The payment system, dubbed Pix, was set up and is maintained by the central bank instead of private payments players, unlike similar systems in other countries. Since its launch in November, Pix is already handling a larger share of digital payments than its private-sector alternatives, advancing the regulator’s goal of spurring competition and getting more Brazilians to use financial services.
“Our concern is how can we make the system more competitive, more efficient?” said Roberto Campos Neto, president of the Central Bank of Brazil.
Although some of the banks who belonged to the old oligopoly are no doubt losing, many other firms are benefitting:
New entrants are expanding quickly and attracting both domestic and foreign investors, said Carlos Lobo, a partner at corporate law firm Hughes, Hubbard & Reed LLP.
“All companies in this ecosystem are seeing an absurd growth in their valuation. They are attracting foreign investors, who also like the regulation the central bank has in place.”
The benefit to welfare seems substantial. Suppose that payment systems are now taking a 2% fee. Whichever side of a transaction that is levied on, it is like a 2% tax in its distortionary effects. And it is like a 2% tax on top of other marginal tax rates in the narrower sense of taxes. An extra 2% added to the marginal tax rate would be a big deal. Ergo, a 2% payment fee is a big deal. If the government can make that go away, it is like a tax cut in its benefits for the economy.

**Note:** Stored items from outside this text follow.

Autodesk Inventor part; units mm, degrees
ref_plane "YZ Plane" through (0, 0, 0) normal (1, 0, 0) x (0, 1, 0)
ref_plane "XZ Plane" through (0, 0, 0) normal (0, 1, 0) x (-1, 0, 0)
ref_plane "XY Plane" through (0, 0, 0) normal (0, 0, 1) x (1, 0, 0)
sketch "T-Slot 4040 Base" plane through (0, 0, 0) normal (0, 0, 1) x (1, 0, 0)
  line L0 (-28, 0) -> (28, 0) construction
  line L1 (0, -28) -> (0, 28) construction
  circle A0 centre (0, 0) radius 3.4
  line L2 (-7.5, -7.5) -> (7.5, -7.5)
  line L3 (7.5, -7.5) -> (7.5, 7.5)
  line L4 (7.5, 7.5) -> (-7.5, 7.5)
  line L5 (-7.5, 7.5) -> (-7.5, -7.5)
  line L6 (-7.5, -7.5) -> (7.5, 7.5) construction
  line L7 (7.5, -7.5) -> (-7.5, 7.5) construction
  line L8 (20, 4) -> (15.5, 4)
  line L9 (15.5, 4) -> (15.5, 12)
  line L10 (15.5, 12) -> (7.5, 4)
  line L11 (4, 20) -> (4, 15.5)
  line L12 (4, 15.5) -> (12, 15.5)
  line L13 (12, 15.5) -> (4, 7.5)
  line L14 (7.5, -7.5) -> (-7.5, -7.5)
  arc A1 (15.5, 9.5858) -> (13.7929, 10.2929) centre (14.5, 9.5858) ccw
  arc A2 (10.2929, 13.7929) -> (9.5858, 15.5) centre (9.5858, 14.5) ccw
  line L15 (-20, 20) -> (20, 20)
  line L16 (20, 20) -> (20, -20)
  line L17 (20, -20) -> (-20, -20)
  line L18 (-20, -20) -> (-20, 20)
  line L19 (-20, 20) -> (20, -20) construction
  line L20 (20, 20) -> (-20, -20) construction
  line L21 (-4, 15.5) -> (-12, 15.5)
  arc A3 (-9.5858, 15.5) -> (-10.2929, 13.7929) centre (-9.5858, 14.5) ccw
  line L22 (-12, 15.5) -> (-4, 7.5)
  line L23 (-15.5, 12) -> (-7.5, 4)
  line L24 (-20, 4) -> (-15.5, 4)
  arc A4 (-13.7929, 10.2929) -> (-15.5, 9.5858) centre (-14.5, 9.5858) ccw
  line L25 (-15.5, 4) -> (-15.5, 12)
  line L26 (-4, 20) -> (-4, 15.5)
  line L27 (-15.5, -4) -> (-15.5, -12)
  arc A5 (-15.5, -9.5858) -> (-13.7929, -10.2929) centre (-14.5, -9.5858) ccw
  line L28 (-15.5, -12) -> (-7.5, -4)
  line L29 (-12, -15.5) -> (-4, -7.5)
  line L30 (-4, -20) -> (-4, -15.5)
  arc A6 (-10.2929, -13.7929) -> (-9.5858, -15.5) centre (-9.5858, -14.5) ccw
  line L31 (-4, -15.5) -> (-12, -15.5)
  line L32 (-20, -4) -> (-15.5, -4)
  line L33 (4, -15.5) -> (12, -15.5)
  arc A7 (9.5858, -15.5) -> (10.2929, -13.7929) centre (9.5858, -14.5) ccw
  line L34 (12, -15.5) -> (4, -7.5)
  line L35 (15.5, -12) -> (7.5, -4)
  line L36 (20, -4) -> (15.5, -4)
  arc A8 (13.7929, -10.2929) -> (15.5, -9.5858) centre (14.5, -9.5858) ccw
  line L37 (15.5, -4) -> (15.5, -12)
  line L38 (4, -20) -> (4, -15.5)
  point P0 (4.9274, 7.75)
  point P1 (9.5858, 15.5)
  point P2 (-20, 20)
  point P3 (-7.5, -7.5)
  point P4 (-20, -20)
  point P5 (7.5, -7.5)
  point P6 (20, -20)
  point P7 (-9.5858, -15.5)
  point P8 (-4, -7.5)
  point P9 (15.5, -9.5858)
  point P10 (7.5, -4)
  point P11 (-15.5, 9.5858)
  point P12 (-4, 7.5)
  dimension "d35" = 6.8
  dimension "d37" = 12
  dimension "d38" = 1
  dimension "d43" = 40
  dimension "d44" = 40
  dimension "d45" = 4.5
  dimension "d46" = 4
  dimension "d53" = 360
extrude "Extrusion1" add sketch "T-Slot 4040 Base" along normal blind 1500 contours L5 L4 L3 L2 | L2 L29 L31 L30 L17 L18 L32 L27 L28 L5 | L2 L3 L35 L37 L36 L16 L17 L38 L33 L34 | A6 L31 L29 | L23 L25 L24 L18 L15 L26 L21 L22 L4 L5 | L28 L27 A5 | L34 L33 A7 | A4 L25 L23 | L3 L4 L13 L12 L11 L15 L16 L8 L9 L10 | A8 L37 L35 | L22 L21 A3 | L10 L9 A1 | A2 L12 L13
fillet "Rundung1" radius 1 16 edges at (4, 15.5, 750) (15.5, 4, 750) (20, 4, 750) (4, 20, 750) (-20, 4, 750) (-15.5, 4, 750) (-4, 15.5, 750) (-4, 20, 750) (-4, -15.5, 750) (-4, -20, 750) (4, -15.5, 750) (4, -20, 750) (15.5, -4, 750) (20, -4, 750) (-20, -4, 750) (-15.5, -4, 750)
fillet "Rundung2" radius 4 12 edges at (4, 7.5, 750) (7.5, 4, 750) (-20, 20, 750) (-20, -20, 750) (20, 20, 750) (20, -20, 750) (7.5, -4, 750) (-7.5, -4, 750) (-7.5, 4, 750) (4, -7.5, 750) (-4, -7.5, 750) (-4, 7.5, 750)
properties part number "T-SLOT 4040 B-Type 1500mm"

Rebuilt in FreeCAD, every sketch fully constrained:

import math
import FreeCAD as App
import Part
import Sketcher


def edges_at(feature, points):
    """Names of the edges that pass closest to the given points."""
    edges = feature.Shape.Edges
    near = lambda p: min(range(len(edges)), key=lambda i: edges[i].distToShape(Part.Vertex(*p))[0])
    return sorted({f"Edge{near(p) + 1}" for p in points})

doc = App.newDocument("Part")
body = doc.addObject("PartDesign::Body", "Body")

# Sketch on XY plane
sketch1 = body.newObject("Sketcher::SketchObject", "Sketch")
sketch1.AttachmentSupport = (doc.getObject("XY_Plane"), [""])
sketch1.MapMode = "FlatFace"
sketch1.addGeometry([
    Part.LineSegment(App.Vector(-7.5, 4, 0), App.Vector(-7.5, -4, 0)),  # 0
    Part.LineSegment(App.Vector(-7.5, -4, 0), App.Vector(-13.7929, -10.2929, 0)),  # 1
    Part.ArcOfCircle(Part.Circle(App.Vector(-14.5, -9.5858, 0), App.Vector(0, 0, 1), 1), math.radians(180), math.radians(315)),  # 2
    Part.LineSegment(App.Vector(-15.5, -9.5858, 0), App.Vector(-15.5, -4, 0)),  # 3
    Part.LineSegment(App.Vector(-15.5, -4, 0), App.Vector(-20, -4, 0)),  # 4
    Part.LineSegment(App.Vector(-20, -4, 0), App.Vector(-20, -20, 0)),  # 5
    Part.LineSegment(App.Vector(-20, -20, 0), App.Vector(-4, -20, 0)),  # 6
    Part.LineSegment(App.Vector(-4, -20, 0), App.Vector(-4, -15.5, 0)),  # 7
    Part.LineSegment(App.Vector(-4, -15.5, 0), App.Vector(-9.5858, -15.5, 0)),  # 8
    Part.ArcOfCircle(Part.Circle(App.Vector(-9.5858, -14.5, 0), App.Vector(0, 0, 1), 0.99999), math.radians(135), math.radians(270)),  # 9
    Part.LineSegment(App.Vector(-10.2929, -13.7929, 0), App.Vector(-4, -7.5, 0)),  # 10
    Part.LineSegment(App.Vector(-4, -7.5, 0), App.Vector(4, -7.5, 0)),  # 11
    Part.LineSegment(App.Vector(4, -7.5, 0), App.Vector(10.2929, -13.7929, 0)),  # 12
    Part.ArcOfCircle(Part.Circle(App.Vector(9.5858, -14.5, 0), App.Vector(0, 0, 1), 1), math.radians(-90), math.radians(45)),  # 13
    Part.LineSegment(App.Vector(9.5858, -15.5, 0), App.Vector(4, -15.5, 0)),  # 14
    Part.LineSegment(App.Vector(4, -15.5, 0), App.Vector(4, -20, 0)),  # 15
    Part.LineSegment(App.Vector(4, -20, 0), App.Vector(20, -20, 0)),  # 16
    Part.LineSegment(App.Vector(20, -20, 0), App.Vector(20, -4, 0)),  # 17
    Part.LineSegment(App.Vector(20, -4, 0), App.Vector(15.5, -4, 0)),  # 18
    Part.LineSegment(App.Vector(15.5, -4, 0), App.Vector(15.5, -9.5858, 0)),  # 19
    Part.ArcOfCircle(Part.Circle(App.Vector(14.5, -9.5858, 0), App.Vector(0, 0, 1), 0.99999), math.radians(-135), math.radians(0)),  # 20
    Part.LineSegment(App.Vector(13.7929, -10.2929, 0), App.Vector(7.5, -4, 0)),  # 21
    Part.LineSegment(App.Vector(7.5, -4, 0), App.Vector(7.5, 4, 0)),  # 22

Of course, another reason I am interested in making the electronic payment landscape more competitive is that when electronic payments (including payments with credit and debit cards) are a larger fraction of payments compared to paper currency transactions, then the modifications of paper currency policy needed to enable deep negative rates carry a lower political cost and hence are more likely to be used. And I see deep negative rates as something that could have saved us from most of the hit from the Great Recession. See:
Seeing digital cash in the context of opening up more monetary policy space points to one detail of how digital cash should be implemented: digital cash should have a nonzero interest rate. If, say, the rate was even as little as +3 basis points in a situation like today, that would at least set the precedent for a nonzero interest rate that could go negative at some point in the future. That would be better than to hardwire a zero interest rate into the payment system offerings of the government.

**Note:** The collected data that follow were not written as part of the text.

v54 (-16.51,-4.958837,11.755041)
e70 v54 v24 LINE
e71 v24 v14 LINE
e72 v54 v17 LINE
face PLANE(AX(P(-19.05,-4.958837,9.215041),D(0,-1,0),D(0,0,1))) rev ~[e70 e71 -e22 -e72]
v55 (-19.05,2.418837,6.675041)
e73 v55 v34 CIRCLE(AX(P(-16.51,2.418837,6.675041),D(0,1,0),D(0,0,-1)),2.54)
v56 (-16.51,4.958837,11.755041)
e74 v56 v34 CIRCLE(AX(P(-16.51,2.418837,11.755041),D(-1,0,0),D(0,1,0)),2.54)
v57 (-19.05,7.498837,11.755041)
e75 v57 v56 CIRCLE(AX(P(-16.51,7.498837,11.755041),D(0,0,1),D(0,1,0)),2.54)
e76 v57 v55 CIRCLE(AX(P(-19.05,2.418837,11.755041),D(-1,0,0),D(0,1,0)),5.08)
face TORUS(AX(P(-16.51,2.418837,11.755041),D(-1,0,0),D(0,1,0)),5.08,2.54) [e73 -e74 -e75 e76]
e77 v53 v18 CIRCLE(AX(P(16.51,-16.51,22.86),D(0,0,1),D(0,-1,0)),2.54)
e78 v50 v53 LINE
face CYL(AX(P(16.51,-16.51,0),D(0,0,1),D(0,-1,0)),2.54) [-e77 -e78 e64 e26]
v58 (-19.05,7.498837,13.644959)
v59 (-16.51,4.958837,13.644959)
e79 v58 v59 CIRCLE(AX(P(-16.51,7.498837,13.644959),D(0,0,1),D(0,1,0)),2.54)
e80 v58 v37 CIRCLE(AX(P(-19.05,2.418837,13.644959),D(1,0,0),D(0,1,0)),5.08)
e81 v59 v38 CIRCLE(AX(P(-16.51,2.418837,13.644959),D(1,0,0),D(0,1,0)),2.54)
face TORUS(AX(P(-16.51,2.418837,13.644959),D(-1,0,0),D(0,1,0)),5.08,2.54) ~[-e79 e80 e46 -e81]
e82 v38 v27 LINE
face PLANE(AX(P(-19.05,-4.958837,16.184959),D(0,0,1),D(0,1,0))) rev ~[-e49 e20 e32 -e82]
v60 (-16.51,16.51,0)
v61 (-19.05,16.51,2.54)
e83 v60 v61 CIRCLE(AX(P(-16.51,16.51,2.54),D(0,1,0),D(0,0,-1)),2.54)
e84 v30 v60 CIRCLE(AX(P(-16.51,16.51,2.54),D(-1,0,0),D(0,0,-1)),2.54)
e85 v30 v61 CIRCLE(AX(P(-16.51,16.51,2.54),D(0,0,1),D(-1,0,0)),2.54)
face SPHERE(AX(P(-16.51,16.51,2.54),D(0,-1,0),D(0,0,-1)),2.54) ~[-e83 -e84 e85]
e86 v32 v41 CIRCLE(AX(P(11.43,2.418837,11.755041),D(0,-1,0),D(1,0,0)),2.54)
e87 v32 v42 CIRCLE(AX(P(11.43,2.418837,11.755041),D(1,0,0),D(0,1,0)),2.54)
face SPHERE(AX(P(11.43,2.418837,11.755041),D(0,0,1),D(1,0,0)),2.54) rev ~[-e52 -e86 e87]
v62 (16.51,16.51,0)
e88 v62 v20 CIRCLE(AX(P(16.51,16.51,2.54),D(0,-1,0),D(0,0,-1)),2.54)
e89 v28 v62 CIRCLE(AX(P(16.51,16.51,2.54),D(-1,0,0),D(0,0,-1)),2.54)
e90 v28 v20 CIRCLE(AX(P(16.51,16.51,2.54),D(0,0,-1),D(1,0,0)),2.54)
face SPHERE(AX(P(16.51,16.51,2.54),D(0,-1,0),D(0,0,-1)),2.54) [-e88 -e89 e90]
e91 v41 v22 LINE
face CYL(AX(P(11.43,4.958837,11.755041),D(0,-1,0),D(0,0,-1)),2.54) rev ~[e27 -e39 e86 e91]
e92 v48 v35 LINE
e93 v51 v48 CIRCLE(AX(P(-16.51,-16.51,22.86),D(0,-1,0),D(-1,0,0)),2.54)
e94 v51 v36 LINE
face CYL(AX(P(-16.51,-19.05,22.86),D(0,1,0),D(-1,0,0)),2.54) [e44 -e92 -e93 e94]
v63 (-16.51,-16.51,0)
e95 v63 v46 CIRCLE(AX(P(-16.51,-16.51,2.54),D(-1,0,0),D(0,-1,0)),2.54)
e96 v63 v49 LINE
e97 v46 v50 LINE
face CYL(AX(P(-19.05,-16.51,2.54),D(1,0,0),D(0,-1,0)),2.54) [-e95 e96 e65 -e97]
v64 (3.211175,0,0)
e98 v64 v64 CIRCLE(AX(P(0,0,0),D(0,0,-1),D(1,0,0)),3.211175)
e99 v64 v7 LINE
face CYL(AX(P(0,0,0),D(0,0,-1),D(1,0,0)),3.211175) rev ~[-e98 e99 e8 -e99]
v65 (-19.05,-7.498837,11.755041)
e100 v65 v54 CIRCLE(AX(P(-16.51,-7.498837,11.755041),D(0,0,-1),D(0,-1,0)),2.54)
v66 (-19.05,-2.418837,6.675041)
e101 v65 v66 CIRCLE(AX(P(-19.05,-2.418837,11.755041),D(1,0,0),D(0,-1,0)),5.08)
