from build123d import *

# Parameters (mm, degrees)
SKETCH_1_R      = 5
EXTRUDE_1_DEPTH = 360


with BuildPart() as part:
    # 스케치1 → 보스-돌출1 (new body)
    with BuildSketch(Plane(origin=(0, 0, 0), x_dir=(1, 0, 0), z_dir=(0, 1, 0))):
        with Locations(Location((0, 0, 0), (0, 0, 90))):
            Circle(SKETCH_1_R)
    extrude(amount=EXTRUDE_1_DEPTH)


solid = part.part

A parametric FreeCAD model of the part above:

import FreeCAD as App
import Part
import Sketcher
from FreeCAD import Vector

doc = App.newDocument("Part")
params = doc.addObject("Spreadsheet::Sheet", "Params")
for row, (alias, value) in enumerate([
    ("sketch1_diameter", "10 mm"),
    ("pad1_length", "360 mm"),
], start=1):
    params.set(f"A{row}", alias)
    params.set(f"B{row}", "=" + value)
    params.setAlias(f"B{row}", alias)

body = doc.addObject("PartDesign::Body", "Body")

# Sketch on XZ plane
sketch1 = doc.addObject("Sketcher::SketchObject", "Sketch")
body.addObject(sketch1)
sketch1.AttachmentSupport = (doc.XZ_Plane, [""])
sketch1.MapMode = "FlatFace"
sketch1.addGeometry(Part.Circle(Vector(0, 0, 0), Vector(0, 0, 1), 5), False)
sketch1.addConstraint([
    Sketcher.Constraint("Coincident", 0, 3, -1, 1),
    Sketcher.Constraint("Diameter", 0, 10.0),
])
sketch1.setExpression("Constraints[1]", "Params.sketch1_diameter")
pad1 = doc.addObject("PartDesign::Pad", "Pad")
body.addObject(pad1)
pad1.Profile = sketch1
pad1.setExpression("Length", "Params.pad1_length")
pad1.Reversed = True

doc.recompute()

Central banks and other parts of governments should stop running away from negative rates and beginning explaining how wonderful they are. They help avoid recessions and thereby help savers: temporarily low rates lead to recovery and hither rates. Deep negative rates for a short time are better for savers than zero rates for years and years and years. Negative rates also help borrowers because borrowers are hurt by recessions and negative rates end recessions sooner. And they give borrowers more buying power during the recession when they need it most.